Calling Amazon Textract Asynchronous Operations
Amazon Textract provides an asynchronous API that you can use to process multipage documents in PDF or TIFF format. You can also use asynchronous operations to process single-page documents that are in JPEG, PNG, TIFF, or PDF format.
The information in this topic uses text detection operations to show how you to use Amazon Textract asynchronous operations. You can use the same approach with the text analysis operations of StartDocumentAnalysis and GetDocumentAnalysis. It also works the same with StartExpenseAnalysis and GetExpenseAnalysis.
For an example, see Detecting or Analyzing Text in a Multipage Document.
If you are analyzing lending documents, you can use the
StartLendingAnalysis
operation to classify document pages and send the
classified pages to an Amazon Textract analysis operation. The pages are routed to analysis
operations depending on their assigned class.
You can retreive results for individual pages by using the
GetLendingAnalysis
operation, or retrieve a summary of the analysis
with GetLendingAnalysisSummary
.
Amazon Textract asynchronously processes a document stored in an Amazon S3 bucket. You start
processing by calling a Start
operation, such as StartDocumentTextDetection. The completion status of the
request is published to an Amazon Simple Notification Service (Amazon SNS) topic. To get the completion status from
the Amazon SNS topic, you can use an Amazon Simple Queue Service (Amazon SQS) queue or an AWS Lambda function. After
you have the completion status, you call a Get
operation, such as GetDocumentTextDetection, to get the results of the request.

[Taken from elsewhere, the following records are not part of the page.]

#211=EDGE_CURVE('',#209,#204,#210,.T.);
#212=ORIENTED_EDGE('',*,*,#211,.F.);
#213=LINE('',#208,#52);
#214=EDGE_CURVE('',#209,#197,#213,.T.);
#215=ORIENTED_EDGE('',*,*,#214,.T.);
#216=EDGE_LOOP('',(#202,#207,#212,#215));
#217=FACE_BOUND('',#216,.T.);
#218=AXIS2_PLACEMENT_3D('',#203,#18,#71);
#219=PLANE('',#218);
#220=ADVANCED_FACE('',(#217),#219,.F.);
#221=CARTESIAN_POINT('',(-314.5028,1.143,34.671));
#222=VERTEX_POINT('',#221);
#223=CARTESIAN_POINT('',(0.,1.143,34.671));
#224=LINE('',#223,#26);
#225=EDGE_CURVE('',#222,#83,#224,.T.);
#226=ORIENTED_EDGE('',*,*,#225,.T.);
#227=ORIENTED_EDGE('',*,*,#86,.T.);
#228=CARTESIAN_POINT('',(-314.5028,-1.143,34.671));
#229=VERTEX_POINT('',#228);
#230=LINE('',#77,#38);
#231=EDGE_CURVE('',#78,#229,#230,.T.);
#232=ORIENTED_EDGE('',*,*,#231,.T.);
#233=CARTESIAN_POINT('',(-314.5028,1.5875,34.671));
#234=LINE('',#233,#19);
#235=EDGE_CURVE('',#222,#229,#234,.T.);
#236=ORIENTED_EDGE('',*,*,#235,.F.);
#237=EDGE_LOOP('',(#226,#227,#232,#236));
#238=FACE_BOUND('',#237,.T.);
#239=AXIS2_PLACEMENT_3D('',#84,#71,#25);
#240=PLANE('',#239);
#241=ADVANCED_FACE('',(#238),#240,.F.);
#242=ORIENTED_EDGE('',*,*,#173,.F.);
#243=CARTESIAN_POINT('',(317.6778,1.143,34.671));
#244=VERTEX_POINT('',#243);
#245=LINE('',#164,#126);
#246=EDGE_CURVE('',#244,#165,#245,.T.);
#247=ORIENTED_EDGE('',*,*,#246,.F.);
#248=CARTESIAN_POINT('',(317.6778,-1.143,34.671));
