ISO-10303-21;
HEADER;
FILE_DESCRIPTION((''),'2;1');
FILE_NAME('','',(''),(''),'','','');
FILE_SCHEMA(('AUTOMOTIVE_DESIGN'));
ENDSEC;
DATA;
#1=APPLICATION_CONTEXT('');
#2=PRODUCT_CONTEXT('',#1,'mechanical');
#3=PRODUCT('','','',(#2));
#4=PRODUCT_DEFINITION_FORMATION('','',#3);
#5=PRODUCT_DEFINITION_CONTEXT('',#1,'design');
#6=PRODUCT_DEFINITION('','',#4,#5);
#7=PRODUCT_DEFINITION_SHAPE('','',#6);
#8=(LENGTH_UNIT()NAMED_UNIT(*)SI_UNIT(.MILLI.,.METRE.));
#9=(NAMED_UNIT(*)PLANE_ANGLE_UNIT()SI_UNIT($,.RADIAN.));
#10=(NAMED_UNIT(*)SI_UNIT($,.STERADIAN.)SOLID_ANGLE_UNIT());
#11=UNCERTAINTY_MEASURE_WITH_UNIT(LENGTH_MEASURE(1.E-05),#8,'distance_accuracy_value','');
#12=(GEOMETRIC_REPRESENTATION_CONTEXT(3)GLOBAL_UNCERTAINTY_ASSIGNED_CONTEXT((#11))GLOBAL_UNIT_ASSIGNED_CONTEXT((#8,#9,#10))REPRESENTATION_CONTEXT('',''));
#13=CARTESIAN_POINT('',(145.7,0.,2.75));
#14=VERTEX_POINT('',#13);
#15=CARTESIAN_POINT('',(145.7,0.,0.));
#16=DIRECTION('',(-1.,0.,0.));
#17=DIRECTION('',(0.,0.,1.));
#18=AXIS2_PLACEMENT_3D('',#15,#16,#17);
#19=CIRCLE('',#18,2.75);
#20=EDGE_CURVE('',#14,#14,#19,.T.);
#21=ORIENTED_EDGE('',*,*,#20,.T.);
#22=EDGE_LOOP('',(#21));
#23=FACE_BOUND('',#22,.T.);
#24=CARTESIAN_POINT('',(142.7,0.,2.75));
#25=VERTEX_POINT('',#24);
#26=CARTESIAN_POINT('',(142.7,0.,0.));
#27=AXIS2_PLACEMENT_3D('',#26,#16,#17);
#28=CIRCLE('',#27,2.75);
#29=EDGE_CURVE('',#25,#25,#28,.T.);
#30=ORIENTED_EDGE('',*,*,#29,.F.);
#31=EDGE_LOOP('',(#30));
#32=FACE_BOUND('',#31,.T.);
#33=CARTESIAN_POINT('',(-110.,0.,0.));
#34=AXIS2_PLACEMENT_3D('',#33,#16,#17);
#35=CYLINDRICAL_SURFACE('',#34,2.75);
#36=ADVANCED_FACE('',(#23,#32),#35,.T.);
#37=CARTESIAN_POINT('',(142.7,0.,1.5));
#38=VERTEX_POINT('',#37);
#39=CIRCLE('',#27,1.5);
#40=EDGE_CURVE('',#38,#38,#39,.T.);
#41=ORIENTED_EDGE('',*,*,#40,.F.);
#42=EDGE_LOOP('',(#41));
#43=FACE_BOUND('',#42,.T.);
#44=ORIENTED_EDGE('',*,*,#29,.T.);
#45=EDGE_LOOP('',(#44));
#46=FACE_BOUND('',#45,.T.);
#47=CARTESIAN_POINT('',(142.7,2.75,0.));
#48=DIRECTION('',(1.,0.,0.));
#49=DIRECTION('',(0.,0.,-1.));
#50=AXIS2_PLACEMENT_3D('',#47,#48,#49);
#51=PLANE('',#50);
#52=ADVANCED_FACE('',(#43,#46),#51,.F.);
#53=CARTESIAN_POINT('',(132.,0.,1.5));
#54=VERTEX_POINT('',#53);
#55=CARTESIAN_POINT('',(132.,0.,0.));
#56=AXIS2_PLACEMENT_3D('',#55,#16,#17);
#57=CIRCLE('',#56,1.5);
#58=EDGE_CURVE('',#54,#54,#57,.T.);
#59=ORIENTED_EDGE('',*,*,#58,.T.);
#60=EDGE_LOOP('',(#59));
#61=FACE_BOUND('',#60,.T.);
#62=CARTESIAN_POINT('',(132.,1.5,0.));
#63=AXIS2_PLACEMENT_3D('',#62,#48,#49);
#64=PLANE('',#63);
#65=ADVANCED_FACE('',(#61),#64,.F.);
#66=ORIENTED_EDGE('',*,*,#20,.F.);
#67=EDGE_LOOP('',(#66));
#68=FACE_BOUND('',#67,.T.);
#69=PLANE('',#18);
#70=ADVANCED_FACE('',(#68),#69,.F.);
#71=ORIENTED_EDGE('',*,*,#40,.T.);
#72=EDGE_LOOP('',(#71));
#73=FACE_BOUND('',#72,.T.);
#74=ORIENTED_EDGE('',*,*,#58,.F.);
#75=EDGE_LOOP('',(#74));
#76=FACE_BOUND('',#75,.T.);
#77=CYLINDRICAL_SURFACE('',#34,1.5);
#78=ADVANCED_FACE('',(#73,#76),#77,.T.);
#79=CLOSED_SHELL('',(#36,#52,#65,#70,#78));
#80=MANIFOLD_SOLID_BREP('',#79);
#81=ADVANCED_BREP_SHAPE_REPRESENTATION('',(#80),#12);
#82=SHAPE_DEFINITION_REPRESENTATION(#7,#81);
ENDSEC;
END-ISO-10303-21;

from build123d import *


with BuildPart() as part:
    # Axial profile (mm) → Full revolution (revolve)
    with BuildSketch(Plane.XY, mode=Mode.PRIVATE) as full_revolution_sk:
        Polygon((132, 0), (145.7, 0), (145.7, 2.75), (142.7, 2.75), (142.7, 1.5), (132, 1.5), align=None)
    revolve(full_revolution_sk.sketch.rotate(Axis((-110, 0, 0), (1, 0, 0)), 90), axis=Axis((-110, 0, 0), (1, 0, 0)))


solid = part.part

Results of asynchronous calls are encrypted and stored for 7 days in a Amazon Textract
owned bucket by default, unless you specify an Amazon S3 bucket using an operation's
OutputConfig
argument. For information on how to let Amazon Textract
send encrypted documents to your Amazon S3 bucket, see Permissions for Output
Configuration.
The following table shows the corresponding Start and Get operations for the different types of asynchronous processing supported by Amazon Textract:
Processing Type | Start API | Get API |
---|---|---|
Text Detection | StartDocumentTextDetection | GetDocumentTextDetection |
Text Analysis | StartDocumentAnalysis | GetDocumentAnalysis |
Expense Analysis | StartExpenseAnalysis | GetExpenseAnalysis |
Lending Analysis | StartLendingAnalysis | GetLendingAnalysis, GetLendingAnalysisSummary |
For an example that uses AWS Lambda functions, see Large scale document processing with Amazon Textract
The following diagram shows the process for detecting document text in a document image stored in an Amazon S3 bucket. In the diagram, an Amazon SQS queue gets the completion status from the Amazon SNS topic.

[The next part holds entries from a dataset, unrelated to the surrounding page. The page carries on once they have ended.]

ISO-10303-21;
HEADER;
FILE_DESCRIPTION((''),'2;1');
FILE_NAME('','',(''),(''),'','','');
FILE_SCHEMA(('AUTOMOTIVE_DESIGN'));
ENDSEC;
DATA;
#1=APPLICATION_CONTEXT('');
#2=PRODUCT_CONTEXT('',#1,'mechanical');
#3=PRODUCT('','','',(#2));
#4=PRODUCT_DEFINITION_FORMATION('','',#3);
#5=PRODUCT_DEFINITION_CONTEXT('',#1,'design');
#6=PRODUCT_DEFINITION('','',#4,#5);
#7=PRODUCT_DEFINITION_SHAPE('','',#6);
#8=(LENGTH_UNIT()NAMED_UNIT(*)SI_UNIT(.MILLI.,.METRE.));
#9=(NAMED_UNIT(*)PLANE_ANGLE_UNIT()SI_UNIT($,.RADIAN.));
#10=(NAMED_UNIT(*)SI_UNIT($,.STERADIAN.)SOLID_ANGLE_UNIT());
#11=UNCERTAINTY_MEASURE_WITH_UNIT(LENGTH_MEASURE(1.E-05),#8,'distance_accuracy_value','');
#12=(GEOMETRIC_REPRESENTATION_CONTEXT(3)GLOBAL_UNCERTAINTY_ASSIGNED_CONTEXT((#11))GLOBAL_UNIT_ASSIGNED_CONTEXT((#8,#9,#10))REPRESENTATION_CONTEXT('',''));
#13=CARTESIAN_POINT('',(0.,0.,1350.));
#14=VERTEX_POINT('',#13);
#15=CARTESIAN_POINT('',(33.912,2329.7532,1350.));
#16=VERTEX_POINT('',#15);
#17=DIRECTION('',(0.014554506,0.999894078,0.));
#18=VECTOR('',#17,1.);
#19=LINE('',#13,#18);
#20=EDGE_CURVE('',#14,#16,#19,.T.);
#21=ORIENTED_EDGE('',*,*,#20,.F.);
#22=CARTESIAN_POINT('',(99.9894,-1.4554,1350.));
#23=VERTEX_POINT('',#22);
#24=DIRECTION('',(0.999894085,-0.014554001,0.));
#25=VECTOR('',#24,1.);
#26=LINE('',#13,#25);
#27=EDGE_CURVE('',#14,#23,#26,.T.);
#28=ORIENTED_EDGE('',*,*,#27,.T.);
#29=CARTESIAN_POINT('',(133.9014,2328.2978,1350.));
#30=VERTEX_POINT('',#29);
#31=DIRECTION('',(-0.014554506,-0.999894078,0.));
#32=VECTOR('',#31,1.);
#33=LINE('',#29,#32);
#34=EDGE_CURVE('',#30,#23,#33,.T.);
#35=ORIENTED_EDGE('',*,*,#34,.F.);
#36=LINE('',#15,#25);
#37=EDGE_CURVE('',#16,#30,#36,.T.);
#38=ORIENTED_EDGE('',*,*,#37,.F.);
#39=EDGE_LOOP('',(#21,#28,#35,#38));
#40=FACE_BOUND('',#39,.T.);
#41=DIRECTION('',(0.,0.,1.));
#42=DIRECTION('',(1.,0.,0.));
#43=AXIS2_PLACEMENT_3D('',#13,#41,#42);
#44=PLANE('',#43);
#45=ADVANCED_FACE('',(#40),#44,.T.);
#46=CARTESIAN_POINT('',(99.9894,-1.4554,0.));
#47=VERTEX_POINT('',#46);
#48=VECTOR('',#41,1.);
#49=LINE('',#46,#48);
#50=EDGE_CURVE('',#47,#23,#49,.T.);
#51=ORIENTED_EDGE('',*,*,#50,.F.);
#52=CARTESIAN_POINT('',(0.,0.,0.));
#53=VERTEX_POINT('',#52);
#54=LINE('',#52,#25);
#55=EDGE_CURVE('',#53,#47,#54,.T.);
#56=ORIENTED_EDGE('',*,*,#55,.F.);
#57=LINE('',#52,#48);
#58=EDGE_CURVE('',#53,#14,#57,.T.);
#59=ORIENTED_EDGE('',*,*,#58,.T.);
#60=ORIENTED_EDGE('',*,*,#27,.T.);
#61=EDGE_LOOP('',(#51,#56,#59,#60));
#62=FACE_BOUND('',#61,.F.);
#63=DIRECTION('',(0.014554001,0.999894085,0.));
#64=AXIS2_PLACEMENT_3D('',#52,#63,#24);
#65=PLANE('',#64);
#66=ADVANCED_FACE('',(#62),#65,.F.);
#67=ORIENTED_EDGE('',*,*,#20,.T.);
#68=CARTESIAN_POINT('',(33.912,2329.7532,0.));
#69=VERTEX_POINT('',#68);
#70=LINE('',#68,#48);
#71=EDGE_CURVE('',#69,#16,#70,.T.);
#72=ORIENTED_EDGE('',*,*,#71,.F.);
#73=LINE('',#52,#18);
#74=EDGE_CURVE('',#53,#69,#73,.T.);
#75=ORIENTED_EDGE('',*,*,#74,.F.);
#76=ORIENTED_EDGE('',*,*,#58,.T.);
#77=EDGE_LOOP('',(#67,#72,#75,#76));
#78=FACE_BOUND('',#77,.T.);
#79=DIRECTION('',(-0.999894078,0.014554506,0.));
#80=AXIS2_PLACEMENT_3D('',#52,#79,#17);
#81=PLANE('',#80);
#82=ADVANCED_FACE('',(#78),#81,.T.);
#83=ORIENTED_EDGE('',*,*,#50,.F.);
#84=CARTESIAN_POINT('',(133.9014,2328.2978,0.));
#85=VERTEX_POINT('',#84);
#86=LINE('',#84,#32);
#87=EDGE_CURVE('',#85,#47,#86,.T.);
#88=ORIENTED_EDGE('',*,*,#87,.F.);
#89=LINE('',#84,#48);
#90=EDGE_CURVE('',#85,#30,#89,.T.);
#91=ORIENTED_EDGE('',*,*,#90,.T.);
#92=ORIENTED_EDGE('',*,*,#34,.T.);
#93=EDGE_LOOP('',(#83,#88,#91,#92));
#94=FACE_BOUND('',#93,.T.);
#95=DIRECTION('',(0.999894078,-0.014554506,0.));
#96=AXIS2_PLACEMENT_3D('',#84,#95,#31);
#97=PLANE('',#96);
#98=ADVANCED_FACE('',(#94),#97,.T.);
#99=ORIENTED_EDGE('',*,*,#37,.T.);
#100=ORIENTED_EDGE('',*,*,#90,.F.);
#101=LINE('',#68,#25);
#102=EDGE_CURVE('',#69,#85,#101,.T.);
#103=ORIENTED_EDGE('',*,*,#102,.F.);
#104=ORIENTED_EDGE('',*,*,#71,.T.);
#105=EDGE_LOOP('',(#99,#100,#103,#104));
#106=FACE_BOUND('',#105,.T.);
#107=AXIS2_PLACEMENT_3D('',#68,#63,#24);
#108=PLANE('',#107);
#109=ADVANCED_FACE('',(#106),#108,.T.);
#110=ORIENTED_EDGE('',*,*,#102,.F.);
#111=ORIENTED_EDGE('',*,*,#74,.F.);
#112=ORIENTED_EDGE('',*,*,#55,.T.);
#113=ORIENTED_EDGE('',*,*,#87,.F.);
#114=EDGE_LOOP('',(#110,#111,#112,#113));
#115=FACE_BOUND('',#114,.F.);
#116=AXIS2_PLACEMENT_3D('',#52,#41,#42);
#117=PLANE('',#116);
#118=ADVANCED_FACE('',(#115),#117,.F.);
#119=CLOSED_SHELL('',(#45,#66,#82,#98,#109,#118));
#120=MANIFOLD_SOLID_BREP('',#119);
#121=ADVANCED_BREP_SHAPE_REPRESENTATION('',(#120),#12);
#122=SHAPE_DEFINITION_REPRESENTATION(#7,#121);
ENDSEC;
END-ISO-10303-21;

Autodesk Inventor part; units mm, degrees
ref_plane "YZ Plane" through (0, 0, 0) normal (1, 0, 0) x (0, 1, 0)
ref_plane "XZ Plane" through (0, 0, 0) normal (0, 1, 0) x (-1, 0, 0)
sketch "Boceto1" plane through (0, 0, 0) normal (0, 0, 1) x (1, 0, 0)
  line L0 (133.9014, 2328.2978) -> (99.9894, -1.4554) projected
  line L1 (33.912, 2329.7532) -> (133.9014, 2328.2978) projected
  line L2 (0, 0) -> (33.912, 2329.7532) projected
  line L3 (0, 0) -> (99.9894, -1.4554) projected
ref_plane "Plano de trabajo1" through (0, -1.4554, 1350) normal (0, 0, -1) x (0, 1, 0)
extrude "Extrusión1" add sketch "Boceto1" along normal up to surface (1350 mm away)
properties part number "Ventana"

The process displayed by the preceeding diagram is the same for analyzing text and invoices/receipts. You start analyzing text by calling StartDocumentAnalysis and start analyzing invoices/receipts by calling StartExpenseAnalysis You get the results by calling GetDocumentAnalysis or GetExpenseAnalysis respectively.
Starting Text Detection
You start an Amazon Textract text detection request by calling StartDocumentTextDetection. The following is an example of
a JSON request that's passed by StartDocumentTextDetection
.
{ "DocumentLocation": { "S3Object": { "Bucket": "bucket", "Name": "image.pdf" } }, "ClientRequestToken": "DocumentDetectionToken", "NotificationChannel": { "SNSTopicArn": "arn:aws:sns:us-east-1:nnnnnnnnnn:topic", "RoleArn": "arn:aws:iam::nnnnnnnnnn:role/roleTopic" }, "JobTag": "Receipt" }
The input parameter DocumentLocation
provides the document file name
and the Amazon S3 bucket to retrieve it from. NotificationChannel
contains
the Amazon Resource Name (ARN) of the Amazon SNS topic that Amazon Textract notifies when
the text detection request finishes. The Amazon SNS topic must be in the same AWS Region
as the Amazon Textract endpoint that you're calling. NotificationChannel
also contains the ARN for a role that allows Amazon Textract to publish to the Amazon SNS
topic. You give Amazon Textract publishing permissions to your Amazon SNS topics by
creating an IAM service role. For more information, see Configuring Amazon Textract for Asynchronous
Operations.
You can also specify an optional input parameter, JobTag
, that
enables you to identify the job, or groups of jobs, in the completion status that's
published to the Amazon SNS topic. For example, you can use JobTag
to
identify the type of document being processed, such as a tax form or receipt.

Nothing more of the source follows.